Week2

Box Plot Overview

  • A box plot (box and whisker plot) is a type of chart used in descriptive statistics.

  • It displays the distribution of numerical data visually, including skewness and quartiles.

  • Box plots summarize data through the five-number summary: minimum score, lower quartile, median, upper quartile, and maximum score.

Key Definitions

Minimum Score

  • The lowest score, excluding outliers (indicated at the left whisker).

Lower Quartile

  • Represents the 25th percentile; 25% of scores are below this value.

Median

  • The mid-point of the data, dividing the box into two parts.

  • Half the scores are greater than or equal to this value.

Upper Quartile

  • Represents the 75th percentile; 75% of values are below this score.

Maximum Score

  • The highest score, excluding outliers (indicated at the right whisker).

Whiskers

  • Extend from the quartiles to show scores outside the middle 50% (lower 25% and upper 25%).

Interquartile Range (IQR)

  • Displays the middle 50% of scores (range between the 25th and 75th percentiles).

Importance of Box Plots

Average Score

  • Shows the median, indicating the average value of the dataset.

Skewness

  • Box plot shape indicates distribution.

    • Symmetric: Median in the middle, equal whisker lengths.

    • Positively skewed: Median closer to lower quartile, shorter lower whisker.

    • Negatively skewed: Median closer to upper quartile, shorter upper whisker.

Dispersion

  • Indicates the spread of data: smallest to largest values at whiskers’ ends.

  • IQR calculated as Q3 - Q1.

Outliers

  • Observations outside the whiskers, indicating extreme values.

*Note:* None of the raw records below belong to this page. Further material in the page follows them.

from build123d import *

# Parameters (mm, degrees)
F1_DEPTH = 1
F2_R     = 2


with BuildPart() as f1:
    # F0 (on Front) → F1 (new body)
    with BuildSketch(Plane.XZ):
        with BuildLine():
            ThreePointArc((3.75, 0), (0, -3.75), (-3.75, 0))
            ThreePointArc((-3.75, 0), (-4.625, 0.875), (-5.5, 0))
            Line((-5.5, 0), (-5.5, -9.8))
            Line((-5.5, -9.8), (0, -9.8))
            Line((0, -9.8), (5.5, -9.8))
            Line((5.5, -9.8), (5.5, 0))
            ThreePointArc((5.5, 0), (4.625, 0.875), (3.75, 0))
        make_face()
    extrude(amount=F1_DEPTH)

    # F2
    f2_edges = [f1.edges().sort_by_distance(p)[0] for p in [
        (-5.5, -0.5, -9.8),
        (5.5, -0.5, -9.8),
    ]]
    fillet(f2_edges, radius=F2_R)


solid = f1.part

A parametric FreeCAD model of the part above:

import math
import FreeCAD as App
import Part
import Sketcher
Q = App.Units.Quantity


def edges_at(feature, points):
    """Names of the edges that pass closest to the given points."""
    edges = feature.Shape.Edges
    near = lambda p: min(range(len(edges)), key=lambda i: edges[i].distToShape(Part.Vertex(*p))[0])
    return sorted({f"Edge{near(p) + 1}" for p in points})

doc = App.newDocument("Part")
params = doc.addObject("Spreadsheet::Sheet", "Params")
for row, (alias, value) in enumerate([
    ("sketch1_width", "11 mm"),
    ("sketch1_radius", "3.75 mm"),
    ("sketch1_height", "9.8 mm"),
    ("pad1_length", "1 mm"),
    ("fillet_radius", "2 mm"),
], start=1):
    params.set(f"A{row}", alias)
    params.set(f"B{row}", "=" + value)
    params.setAlias(f"B{row}", alias)

body = doc.addObject("PartDesign::Body", "Body")

sketch1 = body.newObject("Sketcher::SketchObject", "Sketch")
sketch1.AttachmentSupport = (doc.getObject("XZ_Plane"), [""])
sketch1.MapMode = "FlatFace"
sketch1.addGeometry(Part.ArcOfCircle(Part.Circle(App.Vector(0, 0, 0), App.Vector(0, 0, 1), 3.75), math.radians(180), math.radians(360)), False)
sketch1.addGeometry(Part.ArcOfCircle(Part.Circle(App.Vector(-4.625, 0, 0), App.Vector(0, 0, 1), 0.875), math.radians(0), math.radians(180)), False)
sketch1.addGeometry(Part.LineSegment(App.Vector(-5.5, 0, 0), App.Vector(-5.5, -9.8, 0)), False)
sketch1.addGeometry(Part.LineSegment(App.Vector(-5.5, -9.8, 0), App.Vector(5.5, -9.8, 0)), False)
sketch1.addGeometry(Part.LineSegment(App.Vector(5.5, -9.8, 0), App.Vector(5.5, 0, 0)), False)
sketch1.addGeometry(Part.ArcOfCircle(Part.Circle(App.Vector(4.625, 0, 0), App.Vector(0, 0, 1), 0.875), math.radians(0), math.radians(180)), False)
sketch1.addConstraint(Sketcher.Constraint("Tangent", 0, 1, 1, 1))
sketch1.addConstraint(Sketcher.Constraint("Tangent", 1, 2, 2, 1))
sketch1.addConstraint(Sketcher.Constraint("Coincident", 2, 2, 3, 1))
sketch1.addConstraint(Sketcher.Constraint("Coincident", 3, 2, 4, 1))
sketch1.addConstraint(Sketcher.Constraint("Tangent", 4, 2, 5, 1))
sketch1.addConstraint(Sketcher.Constraint("Tangent", 5, 2, 0, 2))
sketch1.addConstraint(Sketcher.Constraint("Vertical", 2))
sketch1.addConstraint(Sketcher.Constraint("Horizontal", 3))
sketch1.addConstraint(Sketcher.Constraint("Vertical", 4))
sketch1.addConstraint(Sketcher.Constraint("Coincident", 0, 3, -1, 1))
sketch1.addConstraint(Sketcher.Constraint("Equal", 1, 5))
sketch1.addConstraint(Sketcher.Constraint("PointOnObject", 1, 3, -1))
sketch1.addConstraint(Sketcher.Constraint("PointOnObject", 5, 3, -1))
sketch1.addConstraint(Sketcher.Constraint("DistanceX", 3, 1, 3, 2, Q("11 mm")))
sketch1.addConstraint(Sketcher.Constraint("Radius", 0, Q("3.75 mm")))
sketch1.addConstraint(Sketcher.Constraint("DistanceY", 2, 2, 2, 1, Q("9.8 mm")))
sketch1.setExpression("Constraints[13]", "Params.sketch1_width")
sketch1.setExpression("Constraints[14]", "Params.sketch1_radius")
sketch1.setExpression("Constraints[15]", "Params.sketch1_height")
pad1 = body.newObject("PartDesign::Pad", "Pad")
pad1.Profile = sketch1
pad1.setExpression("Length", "Params.pad1_length")
doc.recompute()

fillet = body.newObject("PartDesign::Fillet", "Fillet")
fillet.Base = (pad1, edges_at(pad1, [(-5.5, -0.5, -9.8), (5.5, -0.5, -9.8)]))
fillet.setExpression("Radius", "Params.fillet_radius")

doc.recompute()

  • Often defined as data outside 1.5 * IQR above Q3 or below Q1.

Comparing Box Plots

Step 1: Compare Medians

  • Check median positions to identify potential differences between groups.

Step 2: Compare IQRs and Whiskers

  • Assess box lengths for data dispersion; longer boxes indicate more spread.

Step 3: Identify Outliers

  • Outliers are points outside the whiskers.

Step 4: Analyze Skewness

  • Determine if each sample exhibits similar asymmetry.

Conclusion

  • Box plots visually summarize data, facilitating the identification of mean values, data dispersion, and skewness.